The new standard equals an increase in auto maker fleet fuel efficiency of 5% annually for passenger cars and 3.5% annually for light trucks in the first five years and by 5% every four years after until 2025. Regulators say the slower phase-in for trucks, for which auto makers reportedly lobbied aggressively, accounts for some “unique challenges.”

Special Coverage

2011 Year In Review

• Volkswagen de Mexico’s plant in Puebla builds more light vehicles through the first six months than any North American assembly site, according to data compiled by WardsAuto. The new-for-’11 Jetta is credited. Sales ballooned 66% to 91,751 units from 55,258 the previous year.

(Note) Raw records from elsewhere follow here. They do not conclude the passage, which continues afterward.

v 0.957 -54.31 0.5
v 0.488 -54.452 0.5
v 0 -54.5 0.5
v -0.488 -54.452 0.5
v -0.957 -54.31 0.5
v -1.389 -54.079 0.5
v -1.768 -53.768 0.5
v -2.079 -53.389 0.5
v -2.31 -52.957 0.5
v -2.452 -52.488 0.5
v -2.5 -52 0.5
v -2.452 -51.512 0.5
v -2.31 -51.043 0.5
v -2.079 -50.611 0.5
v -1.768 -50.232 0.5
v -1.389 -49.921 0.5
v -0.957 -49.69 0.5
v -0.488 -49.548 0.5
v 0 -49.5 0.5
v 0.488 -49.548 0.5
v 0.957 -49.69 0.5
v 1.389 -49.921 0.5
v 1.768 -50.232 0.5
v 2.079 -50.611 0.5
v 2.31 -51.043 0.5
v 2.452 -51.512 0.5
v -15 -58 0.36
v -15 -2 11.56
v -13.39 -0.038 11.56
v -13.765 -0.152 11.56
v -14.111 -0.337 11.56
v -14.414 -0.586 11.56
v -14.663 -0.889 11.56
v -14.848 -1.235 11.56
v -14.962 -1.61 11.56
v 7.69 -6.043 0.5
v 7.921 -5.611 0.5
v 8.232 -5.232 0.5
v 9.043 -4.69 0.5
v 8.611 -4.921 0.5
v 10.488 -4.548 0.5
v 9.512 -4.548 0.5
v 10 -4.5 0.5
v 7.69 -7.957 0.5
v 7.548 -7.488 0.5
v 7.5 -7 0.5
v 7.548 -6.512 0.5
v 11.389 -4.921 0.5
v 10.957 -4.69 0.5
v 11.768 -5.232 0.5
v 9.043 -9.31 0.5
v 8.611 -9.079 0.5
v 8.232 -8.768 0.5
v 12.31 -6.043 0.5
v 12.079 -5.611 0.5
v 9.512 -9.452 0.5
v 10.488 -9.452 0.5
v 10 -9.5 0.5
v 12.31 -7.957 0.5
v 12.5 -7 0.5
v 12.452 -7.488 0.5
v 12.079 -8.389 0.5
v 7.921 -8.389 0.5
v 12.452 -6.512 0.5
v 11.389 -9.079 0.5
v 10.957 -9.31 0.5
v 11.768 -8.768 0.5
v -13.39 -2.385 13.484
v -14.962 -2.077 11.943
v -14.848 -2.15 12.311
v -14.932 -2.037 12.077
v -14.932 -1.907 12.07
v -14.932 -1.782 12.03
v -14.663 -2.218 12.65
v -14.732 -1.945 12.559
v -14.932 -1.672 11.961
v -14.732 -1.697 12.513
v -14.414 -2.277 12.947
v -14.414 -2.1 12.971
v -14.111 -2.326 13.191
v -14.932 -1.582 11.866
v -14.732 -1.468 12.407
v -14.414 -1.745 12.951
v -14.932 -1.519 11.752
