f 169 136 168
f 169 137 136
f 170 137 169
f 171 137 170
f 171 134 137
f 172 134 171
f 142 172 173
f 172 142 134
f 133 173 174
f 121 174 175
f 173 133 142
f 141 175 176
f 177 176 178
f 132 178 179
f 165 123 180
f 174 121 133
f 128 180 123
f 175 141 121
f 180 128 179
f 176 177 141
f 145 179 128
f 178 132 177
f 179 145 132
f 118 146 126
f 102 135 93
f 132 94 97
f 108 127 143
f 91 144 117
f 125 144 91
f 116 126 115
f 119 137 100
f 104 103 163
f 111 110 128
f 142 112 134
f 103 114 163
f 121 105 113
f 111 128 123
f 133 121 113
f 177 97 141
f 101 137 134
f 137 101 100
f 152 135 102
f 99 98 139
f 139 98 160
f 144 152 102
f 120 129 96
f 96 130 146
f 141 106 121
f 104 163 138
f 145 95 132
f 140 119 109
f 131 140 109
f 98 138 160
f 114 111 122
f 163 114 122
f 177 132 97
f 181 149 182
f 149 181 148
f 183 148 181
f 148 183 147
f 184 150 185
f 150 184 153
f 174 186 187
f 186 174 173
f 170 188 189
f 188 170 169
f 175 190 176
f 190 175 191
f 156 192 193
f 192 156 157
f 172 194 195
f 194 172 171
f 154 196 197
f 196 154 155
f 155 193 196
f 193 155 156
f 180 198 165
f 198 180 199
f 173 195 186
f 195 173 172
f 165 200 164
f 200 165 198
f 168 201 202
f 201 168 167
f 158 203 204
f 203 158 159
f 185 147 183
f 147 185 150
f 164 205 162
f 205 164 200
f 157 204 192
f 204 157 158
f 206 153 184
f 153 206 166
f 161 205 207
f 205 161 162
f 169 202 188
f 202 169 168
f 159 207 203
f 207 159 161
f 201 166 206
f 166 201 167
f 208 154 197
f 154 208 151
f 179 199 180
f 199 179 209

• The United Auto Workers union wins some $2.5 billion of investment in U.S. plants, work originally planned for Mexico, as part of a new agreement with General Motors. The investments, which include restarting an idled Spring Hill, TN, assembly plant and confirms closing a facility in Shreveport, LA, adds or retains some 6,400 union jobs at GM.

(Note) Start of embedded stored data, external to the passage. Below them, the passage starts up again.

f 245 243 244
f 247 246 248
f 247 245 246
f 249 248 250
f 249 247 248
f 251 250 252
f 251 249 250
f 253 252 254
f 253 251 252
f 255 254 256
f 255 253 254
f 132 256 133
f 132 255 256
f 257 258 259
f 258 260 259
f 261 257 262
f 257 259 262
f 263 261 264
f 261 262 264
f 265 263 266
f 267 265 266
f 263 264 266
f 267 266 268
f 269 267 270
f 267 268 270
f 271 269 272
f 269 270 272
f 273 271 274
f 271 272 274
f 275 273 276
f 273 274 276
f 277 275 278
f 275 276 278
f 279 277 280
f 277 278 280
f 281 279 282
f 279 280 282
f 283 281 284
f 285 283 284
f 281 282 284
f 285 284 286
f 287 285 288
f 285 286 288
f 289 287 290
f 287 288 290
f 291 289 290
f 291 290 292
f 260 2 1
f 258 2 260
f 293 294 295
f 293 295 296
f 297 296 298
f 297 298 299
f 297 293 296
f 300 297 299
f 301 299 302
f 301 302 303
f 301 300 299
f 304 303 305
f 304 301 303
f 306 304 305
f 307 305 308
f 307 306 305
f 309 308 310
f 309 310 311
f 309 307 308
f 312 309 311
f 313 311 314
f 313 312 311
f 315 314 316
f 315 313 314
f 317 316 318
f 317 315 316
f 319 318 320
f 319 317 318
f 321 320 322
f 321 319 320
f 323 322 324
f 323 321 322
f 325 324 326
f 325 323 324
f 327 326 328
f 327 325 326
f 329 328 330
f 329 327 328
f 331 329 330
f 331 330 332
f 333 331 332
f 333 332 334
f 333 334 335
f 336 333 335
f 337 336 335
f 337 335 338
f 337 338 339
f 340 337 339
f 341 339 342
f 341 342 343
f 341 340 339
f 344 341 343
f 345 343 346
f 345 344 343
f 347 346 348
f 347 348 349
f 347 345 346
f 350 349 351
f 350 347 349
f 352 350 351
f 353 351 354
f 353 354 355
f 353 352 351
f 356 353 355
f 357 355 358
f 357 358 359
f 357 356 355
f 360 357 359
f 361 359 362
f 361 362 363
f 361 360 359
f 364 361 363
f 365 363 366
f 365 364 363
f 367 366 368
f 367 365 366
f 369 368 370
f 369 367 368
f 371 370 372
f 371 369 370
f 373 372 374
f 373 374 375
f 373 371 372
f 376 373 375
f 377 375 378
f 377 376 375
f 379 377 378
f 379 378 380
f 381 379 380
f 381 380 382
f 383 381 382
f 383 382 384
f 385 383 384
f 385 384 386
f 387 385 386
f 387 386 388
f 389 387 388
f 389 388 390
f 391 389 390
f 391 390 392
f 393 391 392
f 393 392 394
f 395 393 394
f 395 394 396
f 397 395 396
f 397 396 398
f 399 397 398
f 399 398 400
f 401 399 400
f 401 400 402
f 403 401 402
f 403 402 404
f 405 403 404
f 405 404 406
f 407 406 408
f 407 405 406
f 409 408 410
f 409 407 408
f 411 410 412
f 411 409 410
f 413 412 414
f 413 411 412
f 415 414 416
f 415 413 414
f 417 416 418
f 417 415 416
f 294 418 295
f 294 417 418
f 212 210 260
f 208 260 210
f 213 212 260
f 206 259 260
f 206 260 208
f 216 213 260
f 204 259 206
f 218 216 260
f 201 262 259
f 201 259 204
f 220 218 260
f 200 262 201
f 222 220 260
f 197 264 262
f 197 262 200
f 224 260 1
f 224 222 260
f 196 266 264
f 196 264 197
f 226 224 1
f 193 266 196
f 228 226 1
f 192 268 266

• In September, BMW Mfg. Co. in Spartanburg, SC, is recognized as the largest vehicle exporter from the U.S. to non-North American Free Trade Agreement markets.

• Volkswagen of America delivers its first customer-purchased ’12 Passat built specifically for the North American market at its new $1 billion plant in Chattanooga, TN.

• In October, just as Japanese auto makers are getting their production back on track, massive floods in Thailand swamp supplier plants feeding subassemblies to several Japanese auto makers in North America, most notably Honda and Toyota. Honda’s own plant is flooded by 5-ft. (1.5 m) of water.

• North American fourth-quarter vehicle output takes a hit, with 204,600 units wiped from the slate. That tally includes a sharp October underbuild, estimated at 63,800 vehicles, much of it due to parts shortages related to the floods in Thailand.

• After taking a beating in quality ratings over its trailblazing but complicated MyFord Touch telematics system, Ford announces it is making changes to simplify the system. “We’ve gotten feedback from customers and listened to them, and I think we’ve incorporated their thoughts,” says Mark Fields, Ford president-The Americas.

• Apparently unfazed by murmurs of a double-dip recession, new-vehicle buyers beat a path to Chrysler showrooms in October as the auto maker records a 31.9% sales jump, compared with like-2010. Excluding performances influenced by Chrysler’s 2009 bankruptcy and the August 2009 government-backed Cash-for-Clunkers buyer-stimulus program, it was the auto maker’s best year-over-year gain since a 33.2% hike in April 1996.

• The 2-tier wage structure that allows Detroit auto makers to pay entry-level hourly employees substantially less than veteran line workers must go, Chrysler CEO Sergio Marchionne says. Workers ratify a new 4-year deal in October crafted by Chrysler and the UAW that clears the way for the auto maker to hire an unlimited number of tier-2 workers. But Marchionne says the two sides will work between now and the next round of negotiations in 2015 to abolish the two wage rates.

• John Mendel, executive vice president-American Honda, says in November the auto maker is considering more North American production, in part because of the strong yen. Hyundai’s U.S. CEO, John Krafcik, says the Korean auto maker also is considering another U.S. plant, to keep up with consumer demand.

• U.S. auto makers report their second consecutive monthly SAAR in excess of 13 million units, while European brands take 10% of the market, their largest collective share ever. The October seasonally adjusted annual rate of sales is 13.2 million units, slightly better than September’s 13.05 million rate. Encouraging news, but 2011 sales are headed for a total of about 12.5 million deliveries, as much as a million units short of what the industry was hoping for at the beginning of the year.

• As the year nears its close, most analysts forecast 2012 U.S. sales of 13.2 million to 13.6 million units, not far from what was originally predicted for 2011.

“We are seeing signs of growth in the U.S. market. It’s moderate growth, ramping up more slowly than any of us would like or, in fact, expected earlier this year,” says Mark Fields, Ford’s president-The Americas. “But it is growth, and it leads us to believe that the U.S. economy remains in recovery mode.”